Tuesday, October 11, 2005

Habermas and Popper

A new book on the Philosophy of Karl Popper which has been dubbed by a reviewer as "one of the best introductory accounts of Popper's philosophy" obviously contains some discussion of Habermas and Frankfurt School and its relation to the work of Popper. Here is the relevant passage from the review I mentioned above.

"There is a brief discussion of Popper's role in the "positivist dispute" and his interaction with other philosophers such as Horkheimer and Habermas. Part III considers Popper's metaphysical views concerning natural necessity, determinism, indeterminism, propensity, mind-body interaction, the doctrine of Worlds 1, 2 and 3, evolution, and the self.

The book does not get mired in the controversies between Popper and his contemporaries, from some of the logical positivists to his erstwhile colleagues or pupils.
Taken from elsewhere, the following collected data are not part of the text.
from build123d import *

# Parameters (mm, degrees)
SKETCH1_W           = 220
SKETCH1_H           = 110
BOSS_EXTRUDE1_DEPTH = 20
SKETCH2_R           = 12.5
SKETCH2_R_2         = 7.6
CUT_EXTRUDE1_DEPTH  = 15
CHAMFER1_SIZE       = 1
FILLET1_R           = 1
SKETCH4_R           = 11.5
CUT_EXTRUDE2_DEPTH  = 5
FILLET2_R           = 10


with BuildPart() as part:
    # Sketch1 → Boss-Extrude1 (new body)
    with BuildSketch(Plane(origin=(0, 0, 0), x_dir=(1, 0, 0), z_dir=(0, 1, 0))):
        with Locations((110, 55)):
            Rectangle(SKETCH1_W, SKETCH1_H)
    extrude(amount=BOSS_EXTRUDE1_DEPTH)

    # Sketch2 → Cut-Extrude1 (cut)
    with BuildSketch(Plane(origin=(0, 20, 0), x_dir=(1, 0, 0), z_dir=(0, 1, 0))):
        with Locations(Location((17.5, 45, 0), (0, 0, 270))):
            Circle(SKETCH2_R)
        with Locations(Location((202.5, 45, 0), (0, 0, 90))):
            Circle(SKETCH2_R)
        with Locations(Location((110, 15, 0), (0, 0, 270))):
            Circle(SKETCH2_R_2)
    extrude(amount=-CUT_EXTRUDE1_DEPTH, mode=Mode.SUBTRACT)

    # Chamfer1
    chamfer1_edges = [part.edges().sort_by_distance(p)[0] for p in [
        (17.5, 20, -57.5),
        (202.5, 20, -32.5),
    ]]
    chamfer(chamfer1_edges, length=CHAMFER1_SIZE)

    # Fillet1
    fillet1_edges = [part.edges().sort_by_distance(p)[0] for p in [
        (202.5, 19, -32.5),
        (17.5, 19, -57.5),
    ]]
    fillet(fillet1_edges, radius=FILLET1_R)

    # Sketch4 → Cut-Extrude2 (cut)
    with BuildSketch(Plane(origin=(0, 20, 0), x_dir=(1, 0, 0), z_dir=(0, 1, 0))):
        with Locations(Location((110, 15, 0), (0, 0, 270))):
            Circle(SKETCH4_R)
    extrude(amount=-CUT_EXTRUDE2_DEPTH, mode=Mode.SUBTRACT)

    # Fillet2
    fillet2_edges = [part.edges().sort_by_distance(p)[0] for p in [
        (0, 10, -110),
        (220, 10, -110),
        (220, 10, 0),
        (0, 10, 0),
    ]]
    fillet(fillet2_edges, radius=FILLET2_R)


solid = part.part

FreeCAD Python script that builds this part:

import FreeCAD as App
import Part
import Sketcher
from FreeCAD import Vector
Q = App.Units.Quantity


def edges_at(feature, points):
    """Names of the edges that pass closest to the given points."""
    edges = feature.Shape.Edges
    near = lambda p: min(range(len(edges)), key=lambda i: edges[i].distToShape(Part.Vertex(*p))[0])
    return sorted({f"Edge{near(p) + 1}" for p in points})

doc = App.newDocument("Part")
body = doc.addObject("PartDesign::Body", "Body")

# Sketch on XZ plane
sketch1 = body.newObject("Sketcher::SketchObject", "Sketch")
sketch1.AttachmentSupport = (doc.getObject("XZ_Plane"), [""])
sketch1.MapMode = "FlatFace"
sketch1.addGeometry(Part.LineSegment(Vector(0, -110, 0), Vector(0, 0, 0)), False)
sketch1.addGeometry(Part.LineSegment(Vector(0, 0, 0), Vector(220, 0, 0)), False)
sketch1.addGeometry(Part.LineSegment(Vector(220, 0, 0), Vector(220, -110, 0)), False)
sketch1.addGeometry(Part.LineSegment(Vector(220, -110, 0), Vector(0, -110, 0)), False)
sketch1.addConstraint(Sketcher.Constraint("Coincident", 0, 2, 1, 1))
sketch1.addConstraint(Sketcher.Constraint("Coincident", 1, 2, 2, 1))
sketch1.addConstraint(Sketcher.Constraint("Coincident", 2, 2, 3, 1))
sketch1.addConstraint(Sketcher.Constraint("Coincident", 3, 2, 0, 1))
sketch1.addConstraint(Sketcher.Constraint("Vertical", 0))
sketch1.addConstraint(Sketcher.Constraint("Horizontal", 1))
sketch1.addConstraint(Sketcher.Constraint("Vertical", 2))
sketch1.addConstraint(Sketcher.Constraint("Horizontal", 3))
sketch1.addConstraint(Sketcher.Constraint("Coincident", 0, 2, -1, 1))
sketch1.addConstraint(Sketcher.Constraint("DistanceX", 1, 1, 1, 2, Q("220 mm")))
sketch1.addConstraint(Sketcher.Constraint("DistanceY", 0, 1, 0, 2, Q("110 mm")))
pad1 = body.newObject("PartDesign::Pad", "Pad")
pad1.Profile = sketch1
pad1.Length = 20
pad1.Reversed = True

# Sketch on XZ plane
sketch2 = body.newObject("Sketcher::SketchObject", "Sketch001")
sketch2.AttachmentSupport = (doc.getObject("XZ_Plane"), [""])
sketch2.MapMode = "FlatFace"
sketch2.AttachmentOffset = App.Placement(Vector(0, 0, -20), App.Rotation())
sketch2.addGeometry(Part.Circle(Vector(18, -45, 0), Vector(0, 0, 1), 12), False)
sketch2.addGeometry(Part.Circle(Vector(202, -45, 0), Vector(0, 0, 1), 12), False)
sketch2.addGeometry(Part.Circle(Vector(110, -15, 0), Vector(0, 0, 1), 8), False)
sketch2.addConstraint(Sketcher.Constraint("Equal", 0, 1))
sketch2.addConstraint(Sketcher.Constraint("Horizontal", 0, 3, 1, 3))
sketch2.addConstraint(Sketcher.Constraint("Diameter", 0, Q("25 mm")))
sketch2.addConstraint(Sketcher.Constraint("Diameter", 2, Q("15.2 mm")))
sketch2.addConstraint(Sketcher.Constraint("DistanceY", 0, 3, -1, 1, Q("45 mm")))
sketch2.addConstraint(Sketcher.Constraint("DistanceX", -1, 1, 2, 3, Q("110 mm")))
sketch2.addConstraint(Sketcher.Constraint("DistanceY", 2, 3, -1, 1, Q("15 mm")))
sketch2.addConstraint(Sketcher.Constraint("DistanceX", 0, 3, 1, 3, Q("185 mm")))
sketch2.addConstraint(Sketcher.Constraint("DistanceX", -1, 1, 0, 3, Q("17.5 mm")))
pocket1 = body.newObject("PartDesign::Pocket", "Pocket")
pocket1.Profile = sketch2
pocket1.Length = 15
pocket1.Reversed = True
doc.recompute()

chamfer = body.newObject("PartDesign::Chamfer", "Chamfer")
chamfer.Base = (pocket1, edges_at(pocket1, [(17.5, 20, -57.5), (202.5, 20, -32.5)]))
chamfer.Size = 1
doc.recompute()

fillet = body.newObject("PartDesign::Fillet", "Fillet")
fillet.Base = (chamfer, edges_at(chamfer, [(202.5, 19, -32.5), (17.5, 19, -57.5)]))
fillet.Radius = 1

# Sketch on XZ plane
sketch3 = body.newObject("Sketcher::SketchObject", "Sketch002")
sketch3.AttachmentSupport = (doc.getObject("XZ_Plane"), [""])
sketch3.MapMode = "FlatFace"
sketch3.AttachmentOffset = App.Placement(Vector(0, 0, -20), App.Rotation())
sketch3.addGeometry(Part.Circle(Vector(110, -15, 0), Vector(0, 0, 1), 12), False)
sketch3.addConstraint(Sketcher.Constraint("Diameter", 0, Q("23 mm")))
sketch3.addConstraint(Sketcher.Constraint("DistanceX", -1, 1, 0, 3, Q("110 mm")))
sketch3.addConstraint(Sketcher.Constraint("DistanceY", 0, 3, -1, 1, Q("15 mm")))
pocket2 = body.newObject("PartDesign::Pocket", "Pocket001")
pocket2.Profile = sketch3
pocket2.Length = 5
pocket2.Reversed = True
doc.recompute()

fillet2 = body.newObject("PartDesign::Fillet", "Fillet001")
fillet2.Base = (pocket2, edges_at(pocket2, [
    (0, 10, -110),
    (220, 10, -110),
    (220, 10, 0),
    (0, 10, 0),
]))
fillet2.Radius = 10

doc.recompute()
Nor does it cover some of the later Popper, especially those writings which have appeared posthumously in English but which were sometimes available earlier in German. For example, it does not delve into Popper's later work on the Presocratics. Keuth maintains that while Popper has many considerable achievements to his credit there are also some failures, especially in his late work. He makes a useful comparison with Kant whose claims about "transcendental knowledge" were known to be untenable even before Kant wrote on them. But just as Kant was an important influence in the Enlightenment, so Popper's critical rationalism is part of the twentieth-century continuation of that tradition. For German speaking Europeans, given their philosophical and political history since the time of Kant, the role of philosophers like Popper in the general intellectual culture is very important, a fact not often appreciated by those outside Germany and Austria.

...

Most of this review has focused on Keuth's account of Popper's philosophy of science. Whatever shortcomings Popper's view may have, it, or a revised version of it, has been influential in providing a critique of theories of society. This critique Popper began in his The Poverty of Historicism and his The Open Society and its Enemies. Popper claims that many historicists such as Marx and Marxists, and also many sociologists of knowledge, have a faulty understanding of the nature of science and its methods. Once they have a richer account of those methods, the bottom falls out of many of their arguments about the separate nature of the social sciences. This, amongst others, is a theme that appears in Part II of Keuth's book; it can be extended to objections concerning an alleged misplaced scientism advocated in the writings of members of the Frankfurt School, such as Horkheimer and Habermas. Keuth's book is not only a useful account of Popper's views on science, along with promising revisions of these views; it is also a useful prophylactic when applied to some sciences, especially the social sciences. Keuth's treatment of these issues in Part II, and the metaphysical issues in Part III not mentioned here, continue the standard found in Part I. Taken together they provide a fully rounded and fair assessment of Popper's philosophy and its continuing interest."